Dataset items

····················

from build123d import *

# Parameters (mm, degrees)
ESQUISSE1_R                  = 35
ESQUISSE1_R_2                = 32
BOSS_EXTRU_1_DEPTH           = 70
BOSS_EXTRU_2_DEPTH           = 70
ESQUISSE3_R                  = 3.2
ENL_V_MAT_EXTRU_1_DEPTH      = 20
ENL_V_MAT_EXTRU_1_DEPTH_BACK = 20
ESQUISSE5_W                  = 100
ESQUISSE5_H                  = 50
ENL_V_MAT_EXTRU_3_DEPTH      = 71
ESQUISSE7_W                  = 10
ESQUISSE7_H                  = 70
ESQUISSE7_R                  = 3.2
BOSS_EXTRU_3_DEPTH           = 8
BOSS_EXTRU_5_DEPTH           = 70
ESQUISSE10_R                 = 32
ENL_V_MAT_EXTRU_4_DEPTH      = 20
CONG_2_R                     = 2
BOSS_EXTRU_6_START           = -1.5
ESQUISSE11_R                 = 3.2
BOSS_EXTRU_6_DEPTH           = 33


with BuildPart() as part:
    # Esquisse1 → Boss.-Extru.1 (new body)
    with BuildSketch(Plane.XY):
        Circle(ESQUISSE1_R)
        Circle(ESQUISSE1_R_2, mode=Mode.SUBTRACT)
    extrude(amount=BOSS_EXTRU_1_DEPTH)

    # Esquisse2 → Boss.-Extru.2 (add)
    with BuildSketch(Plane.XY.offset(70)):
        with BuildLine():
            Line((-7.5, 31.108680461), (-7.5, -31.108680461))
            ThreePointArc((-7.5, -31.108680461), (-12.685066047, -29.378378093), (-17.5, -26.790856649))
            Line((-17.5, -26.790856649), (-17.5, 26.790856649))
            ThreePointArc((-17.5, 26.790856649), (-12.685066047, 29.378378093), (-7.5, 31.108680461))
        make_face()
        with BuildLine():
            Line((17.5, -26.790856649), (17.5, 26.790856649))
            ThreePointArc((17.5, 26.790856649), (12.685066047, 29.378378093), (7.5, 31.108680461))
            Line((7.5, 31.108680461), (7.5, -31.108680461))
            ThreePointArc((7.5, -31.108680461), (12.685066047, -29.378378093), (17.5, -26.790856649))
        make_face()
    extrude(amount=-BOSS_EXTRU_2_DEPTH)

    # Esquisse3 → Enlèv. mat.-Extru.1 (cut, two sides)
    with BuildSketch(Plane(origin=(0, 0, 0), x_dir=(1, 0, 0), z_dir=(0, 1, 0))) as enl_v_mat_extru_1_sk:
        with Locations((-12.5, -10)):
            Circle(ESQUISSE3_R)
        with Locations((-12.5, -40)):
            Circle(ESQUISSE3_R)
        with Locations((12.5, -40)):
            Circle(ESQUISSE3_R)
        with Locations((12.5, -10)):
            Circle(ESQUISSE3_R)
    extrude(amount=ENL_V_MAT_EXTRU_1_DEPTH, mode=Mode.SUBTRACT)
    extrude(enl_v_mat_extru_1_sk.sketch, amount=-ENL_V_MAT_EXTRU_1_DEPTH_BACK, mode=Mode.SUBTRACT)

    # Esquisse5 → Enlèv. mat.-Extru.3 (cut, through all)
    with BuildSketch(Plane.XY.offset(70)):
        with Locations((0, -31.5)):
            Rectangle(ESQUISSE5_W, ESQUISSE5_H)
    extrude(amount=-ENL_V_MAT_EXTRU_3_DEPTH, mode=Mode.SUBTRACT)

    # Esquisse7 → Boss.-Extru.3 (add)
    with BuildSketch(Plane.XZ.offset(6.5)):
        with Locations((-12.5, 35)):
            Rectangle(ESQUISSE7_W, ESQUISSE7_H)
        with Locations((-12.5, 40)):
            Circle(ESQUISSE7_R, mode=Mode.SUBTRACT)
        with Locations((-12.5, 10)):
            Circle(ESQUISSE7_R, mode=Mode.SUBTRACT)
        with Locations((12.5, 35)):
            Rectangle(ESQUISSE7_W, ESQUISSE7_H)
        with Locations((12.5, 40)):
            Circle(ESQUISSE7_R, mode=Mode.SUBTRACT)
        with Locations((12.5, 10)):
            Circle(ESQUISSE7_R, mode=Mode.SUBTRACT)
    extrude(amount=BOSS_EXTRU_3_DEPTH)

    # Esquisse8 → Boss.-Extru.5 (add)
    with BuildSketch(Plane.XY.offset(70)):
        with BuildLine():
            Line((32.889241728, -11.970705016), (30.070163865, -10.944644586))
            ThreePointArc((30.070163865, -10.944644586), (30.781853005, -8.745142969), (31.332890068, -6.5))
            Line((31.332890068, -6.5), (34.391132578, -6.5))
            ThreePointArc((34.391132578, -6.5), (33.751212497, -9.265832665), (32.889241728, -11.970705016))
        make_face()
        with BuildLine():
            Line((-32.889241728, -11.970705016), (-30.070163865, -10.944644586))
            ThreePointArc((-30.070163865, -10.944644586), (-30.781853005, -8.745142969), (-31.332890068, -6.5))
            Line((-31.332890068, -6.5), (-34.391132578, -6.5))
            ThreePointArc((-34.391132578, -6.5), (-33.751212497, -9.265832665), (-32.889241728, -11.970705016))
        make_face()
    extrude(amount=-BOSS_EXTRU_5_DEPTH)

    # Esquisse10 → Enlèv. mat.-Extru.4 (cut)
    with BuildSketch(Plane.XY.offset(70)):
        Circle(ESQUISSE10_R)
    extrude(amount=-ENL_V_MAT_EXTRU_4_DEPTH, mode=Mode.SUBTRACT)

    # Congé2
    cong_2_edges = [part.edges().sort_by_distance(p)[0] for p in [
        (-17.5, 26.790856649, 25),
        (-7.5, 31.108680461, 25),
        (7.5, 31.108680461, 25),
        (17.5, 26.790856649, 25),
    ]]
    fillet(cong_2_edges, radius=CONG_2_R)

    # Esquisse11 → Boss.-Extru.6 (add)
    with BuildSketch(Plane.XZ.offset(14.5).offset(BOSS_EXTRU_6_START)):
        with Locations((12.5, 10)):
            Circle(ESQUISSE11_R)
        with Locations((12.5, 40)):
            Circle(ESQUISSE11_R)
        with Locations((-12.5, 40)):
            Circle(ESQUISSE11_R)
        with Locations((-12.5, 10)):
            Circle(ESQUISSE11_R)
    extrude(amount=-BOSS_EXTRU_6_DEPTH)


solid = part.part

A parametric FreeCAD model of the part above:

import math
import FreeCAD as App
import Part
import Sketcher
Q = App.Units.Quantity


def edges_at(feature, points):
    """Names of the edges that pass closest to the given points."""
    edges = feature.Shape.Edges
    near = lambda p: min(range(len(edges)), key=lambda i: edges[i].distToShape(Part.Vertex(*p))[0])
    return sorted({f"Edge{near(p) + 1}" for p in points})


def add_polygon(sketch, points):
    """Adds a closed chain of lines whose ends are joined by coincident constraints."""
    first, n = sketch.GeometryCount, len(points)
    for a, b in zip(points, points[1:] + points[:1]):
        sketch.addGeometry(Part.LineSegment(App.Vector(*a, 0), App.Vector(*b, 0)), False)
    for i in range(n):
        sketch.addConstraint(Sketcher.Constraint("Coincident", first + i, 2, first + (i + 1) % n, 1))

doc = App.newDocument("Part")
body = doc.addObject("PartDesign::Body", "Body")

# Sketch on XY plane
sketch1 = body.newObject("Sketcher::SketchObject", "Sketch")
sketch1.AttachmentSupport = (doc.getObject("XY_Plane"), [""])
sketch1.MapMode = "FlatFace"
sketch1.addGeometry([
    Part.Circle(App.Vector(0, 0, 0), App.Vector(0, 0, 1), 35),
    Part.Circle(App.Vector(0, 0, 0), App.Vector(0, 0, 1), 32),
], False)
sketch1.addConstraint([
    Sketcher.Constraint("Coincident", 0, 3, -1, 1),
    Sketcher.Constraint("Coincident", 1, 3, -1, 1),
    Sketcher.Constraint("Diameter", 0, 70.0),
    Sketcher.Constraint("Diameter", 1, 64.0),
])
pad1 = body.newObject("PartDesign::Pad", "Pad")
pad1.Profile = sketch1
pad1.Length = 70

# Sketch on XY plane
sketch2 = body.newObject("Sketcher::SketchObject", "Sketch001")
sketch2.AttachmentSupport = (doc.getObject("XY_Plane"), [""])
sketch2.MapMode = "FlatFace"
sketch2.AttachmentOffset = App.Placement(App.Vector(0, 0, 70), App.Rotation())
sketch2.addGeometry([
    Part.LineSegment(App.Vector(-8, -31, 0), App.Vector(-8, 31, 0)),  # 0
    Part.ArcOfCircle(Part.Circle(App.Vector(0, 0, 0), App.Vector(0, 0, 1), 32), math.radians(103.55), math.radians(123.15)),  # 1
    Part.LineSegment(App.Vector(-18, 27, 0), App.Vector(-18, -27, 0)),  # 2
    Part.ArcOfCircle(Part.Circle(App.Vector(0, 0, 0), App.Vector(0, 0, 1), 32), math.radians(-123.15), math.radians(-103.55)),  # 3
    Part.LineSegment(App.Vector(18, -27, 0), App.Vector(18, 27, 0)),  # 4
    Part.ArcOfCircle(Part.Circle(App.Vector(0, 0, 0), App.Vector(0, 0, 1), 32), math.radians(56.85), math.radians(76.45)),  # 5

····················

YOUR INSTRUCTIONS: Lines to set down from above: the line with "-29.378378093), (-17.5, -26.790856649))", the line with "extrude(amount=BOSS_EXTRU_3_DEPTH)", and every line between, each exactly as written.

THE ANSWER:
            ThreePointArc((-7.5, -31.108680461), (-12.685066047, -29.378378093), (-17.5, -26.790856649))
            Line((-17.5, -26.790856649), (-17.5, 26.790856649))
            ThreePointArc((-17.5, 26.790856649), (-12.685066047, 29.378378093), (-7.5, 31.108680461))
        make_face()
        with BuildLine():
            Line((17.5, -26.790856649), (17.5, 26.790856649))
            ThreePointArc((17.5, 26.790856649), (12.685066047, 29.378378093), (7.5, 31.108680461))
            Line((7.5, 31.108680461), (7.5, -31.108680461))
            ThreePointArc((7.5, -31.108680461), (12.685066047, -29.378378093), (17.5, -26.790856649))
        make_face()
    extrude(amount=-BOSS_EXTRU_2_DEPTH)

    # Esquisse3 → Enlèv. mat.-Extru.1 (cut, two sides)
    with BuildSketch(Plane(origin=(0, 0, 0), x_dir=(1, 0, 0), z_dir=(0, 1, 0))) as enl_v_mat_extru_1_sk:
        with Locations((-12.5, -10)):
            Circle(ESQUISSE3_R)
        with Locations((-12.5, -40)):
            Circle(ESQUISSE3_R)
        with Locations((12.5, -40)):
            Circle(ESQUISSE3_R)
        with Locations((12.5, -10)):
            Circle(ESQUISSE3_R)
    extrude(amount=ENL_V_MAT_EXTRU_1_DEPTH, mode=Mode.SUBTRACT)
    extrude(enl_v_mat_extru_1_sk.sketch, amount=-ENL_V_MAT_EXTRU_1_DEPTH_BACK, mode=Mode.SUBTRACT)

    # Esquisse5 → Enlèv. mat.-Extru.3 (cut, through all)
    with BuildSketch(Plane.XY.offset(70)):
        with Locations((0, -31.5)):
            Rectangle(ESQUISSE5_W, ESQUISSE5_H)
    extrude(amount=-ENL_V_MAT_EXTRU_3_DEPTH, mode=Mode.SUBTRACT)

    # Esquisse7 → Boss.-Extru.3 (add)
    with BuildSketch(Plane.XZ.offset(6.5)):
        with Locations((-12.5, 35)):
            Rectangle(ESQUISSE7_W, ESQUISSE7_H)
        with Locations((-12.5, 40)):
            Circle(ESQUISSE7_R, mode=Mode.SUBTRACT)
        with Locations((-12.5, 10)):
            Circle(ESQUISSE7_R, mode=Mode.SUBTRACT)
        with Locations((12.5, 35)):
            Rectangle(ESQUISSE7_W, ESQUISSE7_H)
        with Locations((12.5, 40)):
            Circle(ESQUISSE7_R, mode=Mode.SUBTRACT)
        with Locations((12.5, 10)):
            Circle(ESQUISSE7_R, mode=Mode.SUBTRACT)
    extrude(amount=BOSS_EXTRU_3_DEPTH)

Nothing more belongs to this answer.